Anna Anderssen, amiga de Stacie y nativa de Sweet River, se detuvo a su lado.
—¿Qué día es hoy?
—Miércoles —contestó Stacie.
—Dos de junio —dijo Lauren Van Meveren. La estudiante de doctorado había estado sumida en sus pensamientos desde que las tres compañeras de casa habían salido del supermercado Sharon. Pero en ese momento, a pleno sol y al lado de Stacie, no podría haber estado más centrada.
Aunque Lauren normalmente sería la primera en decir que era de mala educación mirar con fijeza, observaba a los vaqueros que salían del café Coffee Pot con obvio interés.
—Miércoles, dos de junio —repitió Anna. Sus ojos azules se estrecharon, pensativos, mientras sacaba el mando a distancia del bolsillo y abría las puertas del jeep que había aparcado junto a la acera.
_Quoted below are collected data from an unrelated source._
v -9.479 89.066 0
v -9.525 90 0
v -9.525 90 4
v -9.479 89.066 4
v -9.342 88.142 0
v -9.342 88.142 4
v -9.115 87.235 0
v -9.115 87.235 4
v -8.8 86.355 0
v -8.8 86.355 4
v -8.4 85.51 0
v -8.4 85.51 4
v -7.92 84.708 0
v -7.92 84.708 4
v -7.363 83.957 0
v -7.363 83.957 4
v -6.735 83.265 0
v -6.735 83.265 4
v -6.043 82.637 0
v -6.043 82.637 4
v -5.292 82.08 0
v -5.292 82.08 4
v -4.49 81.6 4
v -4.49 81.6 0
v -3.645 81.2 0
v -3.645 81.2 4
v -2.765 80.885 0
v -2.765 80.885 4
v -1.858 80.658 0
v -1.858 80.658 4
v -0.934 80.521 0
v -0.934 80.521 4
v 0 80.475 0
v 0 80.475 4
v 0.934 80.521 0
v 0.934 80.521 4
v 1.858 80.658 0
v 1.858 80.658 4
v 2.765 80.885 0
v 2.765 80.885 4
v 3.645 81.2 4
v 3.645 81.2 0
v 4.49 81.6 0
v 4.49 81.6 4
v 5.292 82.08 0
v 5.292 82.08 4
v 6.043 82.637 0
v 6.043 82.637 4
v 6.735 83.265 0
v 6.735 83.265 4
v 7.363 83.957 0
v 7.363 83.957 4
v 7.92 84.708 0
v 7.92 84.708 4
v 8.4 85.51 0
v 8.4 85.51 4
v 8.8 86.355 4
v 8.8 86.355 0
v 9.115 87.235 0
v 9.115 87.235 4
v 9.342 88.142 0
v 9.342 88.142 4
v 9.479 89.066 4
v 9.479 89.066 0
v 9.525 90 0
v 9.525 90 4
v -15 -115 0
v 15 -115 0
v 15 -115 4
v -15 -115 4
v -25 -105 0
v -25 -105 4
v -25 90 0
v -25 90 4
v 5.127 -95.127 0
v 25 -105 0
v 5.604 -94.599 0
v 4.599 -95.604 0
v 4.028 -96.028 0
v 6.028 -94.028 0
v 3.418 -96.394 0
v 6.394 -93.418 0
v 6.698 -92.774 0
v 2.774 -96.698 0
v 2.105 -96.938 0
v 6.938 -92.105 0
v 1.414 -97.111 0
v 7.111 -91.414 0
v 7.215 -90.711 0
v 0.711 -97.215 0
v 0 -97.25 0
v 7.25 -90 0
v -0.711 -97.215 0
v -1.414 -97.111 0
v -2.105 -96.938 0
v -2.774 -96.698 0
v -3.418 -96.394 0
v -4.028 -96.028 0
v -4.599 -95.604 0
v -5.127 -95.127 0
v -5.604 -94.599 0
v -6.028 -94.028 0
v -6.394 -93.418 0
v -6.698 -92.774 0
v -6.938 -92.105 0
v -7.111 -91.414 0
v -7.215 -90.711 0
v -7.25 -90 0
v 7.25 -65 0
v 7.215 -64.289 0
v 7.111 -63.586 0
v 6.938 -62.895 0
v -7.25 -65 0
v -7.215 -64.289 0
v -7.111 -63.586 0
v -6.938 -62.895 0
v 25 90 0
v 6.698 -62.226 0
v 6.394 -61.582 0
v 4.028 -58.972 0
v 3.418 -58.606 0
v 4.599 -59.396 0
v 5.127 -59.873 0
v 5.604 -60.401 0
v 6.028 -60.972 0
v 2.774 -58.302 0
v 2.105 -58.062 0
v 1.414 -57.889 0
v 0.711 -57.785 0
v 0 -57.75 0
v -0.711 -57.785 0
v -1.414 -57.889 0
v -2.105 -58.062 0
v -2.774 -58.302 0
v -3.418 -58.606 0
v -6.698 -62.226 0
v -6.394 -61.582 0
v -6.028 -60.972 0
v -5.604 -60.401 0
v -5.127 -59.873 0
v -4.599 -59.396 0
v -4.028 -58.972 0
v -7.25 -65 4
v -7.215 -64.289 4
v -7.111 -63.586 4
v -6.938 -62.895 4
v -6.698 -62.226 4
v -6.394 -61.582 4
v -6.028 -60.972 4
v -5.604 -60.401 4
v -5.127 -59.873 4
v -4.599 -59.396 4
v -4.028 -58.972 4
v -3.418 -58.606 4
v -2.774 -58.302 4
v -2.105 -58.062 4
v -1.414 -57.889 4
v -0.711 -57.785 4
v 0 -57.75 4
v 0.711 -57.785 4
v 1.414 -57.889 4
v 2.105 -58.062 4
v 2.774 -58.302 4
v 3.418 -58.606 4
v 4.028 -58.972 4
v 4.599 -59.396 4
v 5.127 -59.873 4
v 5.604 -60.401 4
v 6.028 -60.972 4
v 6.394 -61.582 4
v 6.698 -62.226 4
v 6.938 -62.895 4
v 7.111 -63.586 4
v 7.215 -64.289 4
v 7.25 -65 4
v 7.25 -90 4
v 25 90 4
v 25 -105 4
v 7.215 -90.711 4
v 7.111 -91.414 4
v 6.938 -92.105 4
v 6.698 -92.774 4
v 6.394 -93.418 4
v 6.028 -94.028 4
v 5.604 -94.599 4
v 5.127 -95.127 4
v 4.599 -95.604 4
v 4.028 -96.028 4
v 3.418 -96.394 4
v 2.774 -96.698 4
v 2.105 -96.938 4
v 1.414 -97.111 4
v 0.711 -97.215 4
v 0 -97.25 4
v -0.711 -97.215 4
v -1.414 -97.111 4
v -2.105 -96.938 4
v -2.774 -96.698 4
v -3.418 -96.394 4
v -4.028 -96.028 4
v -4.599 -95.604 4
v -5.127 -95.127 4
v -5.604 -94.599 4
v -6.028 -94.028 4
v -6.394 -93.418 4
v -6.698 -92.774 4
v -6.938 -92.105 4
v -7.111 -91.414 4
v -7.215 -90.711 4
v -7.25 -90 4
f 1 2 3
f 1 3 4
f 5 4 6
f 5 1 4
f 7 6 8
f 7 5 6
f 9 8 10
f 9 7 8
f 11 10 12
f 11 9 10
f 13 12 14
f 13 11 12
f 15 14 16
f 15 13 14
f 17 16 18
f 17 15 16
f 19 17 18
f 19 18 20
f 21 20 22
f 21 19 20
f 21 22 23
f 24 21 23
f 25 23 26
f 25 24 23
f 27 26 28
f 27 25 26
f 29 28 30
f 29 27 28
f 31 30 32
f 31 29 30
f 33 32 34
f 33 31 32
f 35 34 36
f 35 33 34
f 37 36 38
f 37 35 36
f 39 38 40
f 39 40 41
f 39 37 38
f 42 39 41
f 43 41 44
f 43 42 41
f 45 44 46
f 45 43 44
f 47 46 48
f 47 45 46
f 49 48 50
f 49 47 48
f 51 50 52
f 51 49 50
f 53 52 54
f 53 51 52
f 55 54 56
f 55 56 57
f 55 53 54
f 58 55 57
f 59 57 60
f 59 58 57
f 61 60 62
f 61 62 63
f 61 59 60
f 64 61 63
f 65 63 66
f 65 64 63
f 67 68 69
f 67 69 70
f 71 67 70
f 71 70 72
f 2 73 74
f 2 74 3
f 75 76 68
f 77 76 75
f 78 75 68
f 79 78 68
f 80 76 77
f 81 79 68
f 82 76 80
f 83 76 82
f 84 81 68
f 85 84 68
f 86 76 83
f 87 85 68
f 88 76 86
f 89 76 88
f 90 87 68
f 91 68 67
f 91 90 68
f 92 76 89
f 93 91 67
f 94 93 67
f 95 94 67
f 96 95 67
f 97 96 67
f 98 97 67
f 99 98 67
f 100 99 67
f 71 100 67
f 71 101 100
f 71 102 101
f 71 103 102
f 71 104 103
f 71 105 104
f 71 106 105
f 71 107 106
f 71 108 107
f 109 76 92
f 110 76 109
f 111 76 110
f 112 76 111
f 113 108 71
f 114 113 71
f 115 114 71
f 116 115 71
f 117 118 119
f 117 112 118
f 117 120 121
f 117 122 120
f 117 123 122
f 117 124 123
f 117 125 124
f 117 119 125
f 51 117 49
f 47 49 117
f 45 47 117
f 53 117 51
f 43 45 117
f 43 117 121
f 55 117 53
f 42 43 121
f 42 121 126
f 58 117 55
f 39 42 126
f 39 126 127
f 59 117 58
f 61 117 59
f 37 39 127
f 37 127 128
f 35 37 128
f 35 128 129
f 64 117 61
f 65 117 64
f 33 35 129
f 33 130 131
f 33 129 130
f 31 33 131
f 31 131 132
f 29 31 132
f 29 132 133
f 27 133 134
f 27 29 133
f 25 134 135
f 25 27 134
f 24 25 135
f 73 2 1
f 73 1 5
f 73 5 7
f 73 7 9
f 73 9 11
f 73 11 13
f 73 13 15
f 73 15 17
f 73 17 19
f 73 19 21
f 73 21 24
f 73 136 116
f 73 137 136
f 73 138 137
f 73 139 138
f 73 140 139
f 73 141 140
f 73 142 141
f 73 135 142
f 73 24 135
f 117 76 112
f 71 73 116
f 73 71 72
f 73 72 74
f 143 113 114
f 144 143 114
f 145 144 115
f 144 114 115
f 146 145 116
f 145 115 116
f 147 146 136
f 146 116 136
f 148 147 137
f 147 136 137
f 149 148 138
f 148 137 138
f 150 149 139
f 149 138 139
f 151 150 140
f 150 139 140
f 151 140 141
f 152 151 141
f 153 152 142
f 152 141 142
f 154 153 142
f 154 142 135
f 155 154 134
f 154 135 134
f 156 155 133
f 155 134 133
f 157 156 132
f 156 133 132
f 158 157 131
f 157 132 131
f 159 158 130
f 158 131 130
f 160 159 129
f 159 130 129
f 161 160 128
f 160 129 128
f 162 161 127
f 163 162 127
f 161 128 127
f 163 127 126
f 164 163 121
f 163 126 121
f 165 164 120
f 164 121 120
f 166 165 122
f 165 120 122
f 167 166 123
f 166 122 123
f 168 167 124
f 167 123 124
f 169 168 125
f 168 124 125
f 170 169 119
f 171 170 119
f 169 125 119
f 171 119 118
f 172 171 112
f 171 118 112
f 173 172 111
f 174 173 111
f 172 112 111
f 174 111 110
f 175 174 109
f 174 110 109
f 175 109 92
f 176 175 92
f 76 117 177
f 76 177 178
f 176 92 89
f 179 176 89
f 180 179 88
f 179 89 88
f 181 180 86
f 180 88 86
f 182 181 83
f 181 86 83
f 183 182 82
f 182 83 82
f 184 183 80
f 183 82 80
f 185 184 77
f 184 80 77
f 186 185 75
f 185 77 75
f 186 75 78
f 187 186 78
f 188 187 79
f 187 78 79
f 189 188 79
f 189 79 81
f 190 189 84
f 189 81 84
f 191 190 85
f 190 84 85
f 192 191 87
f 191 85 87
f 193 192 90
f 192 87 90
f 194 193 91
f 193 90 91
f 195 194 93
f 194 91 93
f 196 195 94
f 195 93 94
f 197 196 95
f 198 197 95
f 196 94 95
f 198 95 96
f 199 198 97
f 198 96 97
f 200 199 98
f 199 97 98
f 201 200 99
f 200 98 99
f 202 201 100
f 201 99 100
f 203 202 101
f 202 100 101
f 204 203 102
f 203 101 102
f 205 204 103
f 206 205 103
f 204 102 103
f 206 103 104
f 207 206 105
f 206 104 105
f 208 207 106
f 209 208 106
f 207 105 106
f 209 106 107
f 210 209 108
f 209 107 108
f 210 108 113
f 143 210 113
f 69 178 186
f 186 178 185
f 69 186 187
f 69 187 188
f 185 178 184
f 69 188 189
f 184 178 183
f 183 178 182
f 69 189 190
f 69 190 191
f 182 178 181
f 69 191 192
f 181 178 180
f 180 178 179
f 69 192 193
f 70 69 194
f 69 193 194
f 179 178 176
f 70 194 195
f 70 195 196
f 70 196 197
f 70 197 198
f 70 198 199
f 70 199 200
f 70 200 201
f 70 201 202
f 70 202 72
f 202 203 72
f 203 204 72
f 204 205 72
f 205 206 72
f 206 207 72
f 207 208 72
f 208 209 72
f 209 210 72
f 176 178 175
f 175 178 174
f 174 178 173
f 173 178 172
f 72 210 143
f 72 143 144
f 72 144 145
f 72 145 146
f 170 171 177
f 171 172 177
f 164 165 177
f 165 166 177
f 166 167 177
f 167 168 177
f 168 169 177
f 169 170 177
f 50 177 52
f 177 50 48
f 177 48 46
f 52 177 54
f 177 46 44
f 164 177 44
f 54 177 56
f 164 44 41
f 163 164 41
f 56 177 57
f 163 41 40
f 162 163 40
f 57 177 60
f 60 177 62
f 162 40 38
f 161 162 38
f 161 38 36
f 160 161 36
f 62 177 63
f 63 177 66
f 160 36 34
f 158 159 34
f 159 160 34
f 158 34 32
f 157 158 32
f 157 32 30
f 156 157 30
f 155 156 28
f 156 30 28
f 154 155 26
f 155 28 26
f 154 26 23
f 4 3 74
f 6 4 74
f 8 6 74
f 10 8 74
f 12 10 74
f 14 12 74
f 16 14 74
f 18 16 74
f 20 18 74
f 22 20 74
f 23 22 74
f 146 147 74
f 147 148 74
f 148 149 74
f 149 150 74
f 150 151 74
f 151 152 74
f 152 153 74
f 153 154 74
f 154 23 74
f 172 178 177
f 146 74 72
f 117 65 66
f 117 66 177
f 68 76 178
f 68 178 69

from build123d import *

# Parameters (mm, degrees)
BOSS_EXTRUDE1_DEPTH = 4


with BuildPart() as part:
    # Sketch1 → Boss-Extrude1 (new body)
    with BuildSketch(Plane.XY):
        with BuildLine():
            Line((-25, -65), (-25, 90))
            Line((-25, 90), (-9.525, 90))
            ThreePointArc((-9.525, 90), (0, 80.475), (9.525, 90))
            Line((9.525, 90), (25, 90))
            Line((25, 90), (25, -65))
            Line((25, -65), (25, -105))
            Line((25, -105), (15, -115))
            Line((15, -115), (-15, -115))
            Line((-15, -115), (-25, -105))
            Line((-25, -105), (-25, -65))
        make_face()
        with BuildLine():
            Line((-7.25, -90), (-7.25, -65))
            ThreePointArc((-7.25, -65), (0, -57.75), (7.25, -65))
            Line((7.25, -65), (7.25, -90))
            ThreePointArc((7.25, -90), (0, -97.25), (-7.25, -90))
        make_face(mode=Mode.SUBTRACT)
    extrude(amount=BOSS_EXTRUDE1_DEPTH)


solid = part.part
Stacie se pasó la bolsa de comida al otro brazo, abrió la puerta de atrás y la dejó dentro.
—Bingo —anunció Anna con satisfacción.
—¿Estaban jugando al bingo? —a Stacie le parecía raro que tantos hombres se reunieran un miércoles por la mañana para jugar. Pero estaba descubriendo que Sweet River era un mundo en sí mismo.
—No, tonta —se rió Anna—. La Asociación de Ganaderos se reúne el primer miércoles del mes.
Aunque eso tenía más sentido que el bingo, Stacie se preguntó qué temas podía tratar una asociación de ese tipo. Ann Arbor, Michigan, donde ella había crecido, distaba de ser el paraíso de los ganaderos. Y en los diez años que llevaba residiendo en Denver, nunca se había cruzado con un vaquero.
Cuando Lauren había propuesto trasladarse al pueblo natal de Anna para investigar la compatibilidad macho-hembra para su disertación de doctorado, Stacie la había seguido. La búsqueda del trabajo perfecto, su edén personal, como le gustaba llamarlo, no iba bien y un cambio de escenario le había parecido buena idea.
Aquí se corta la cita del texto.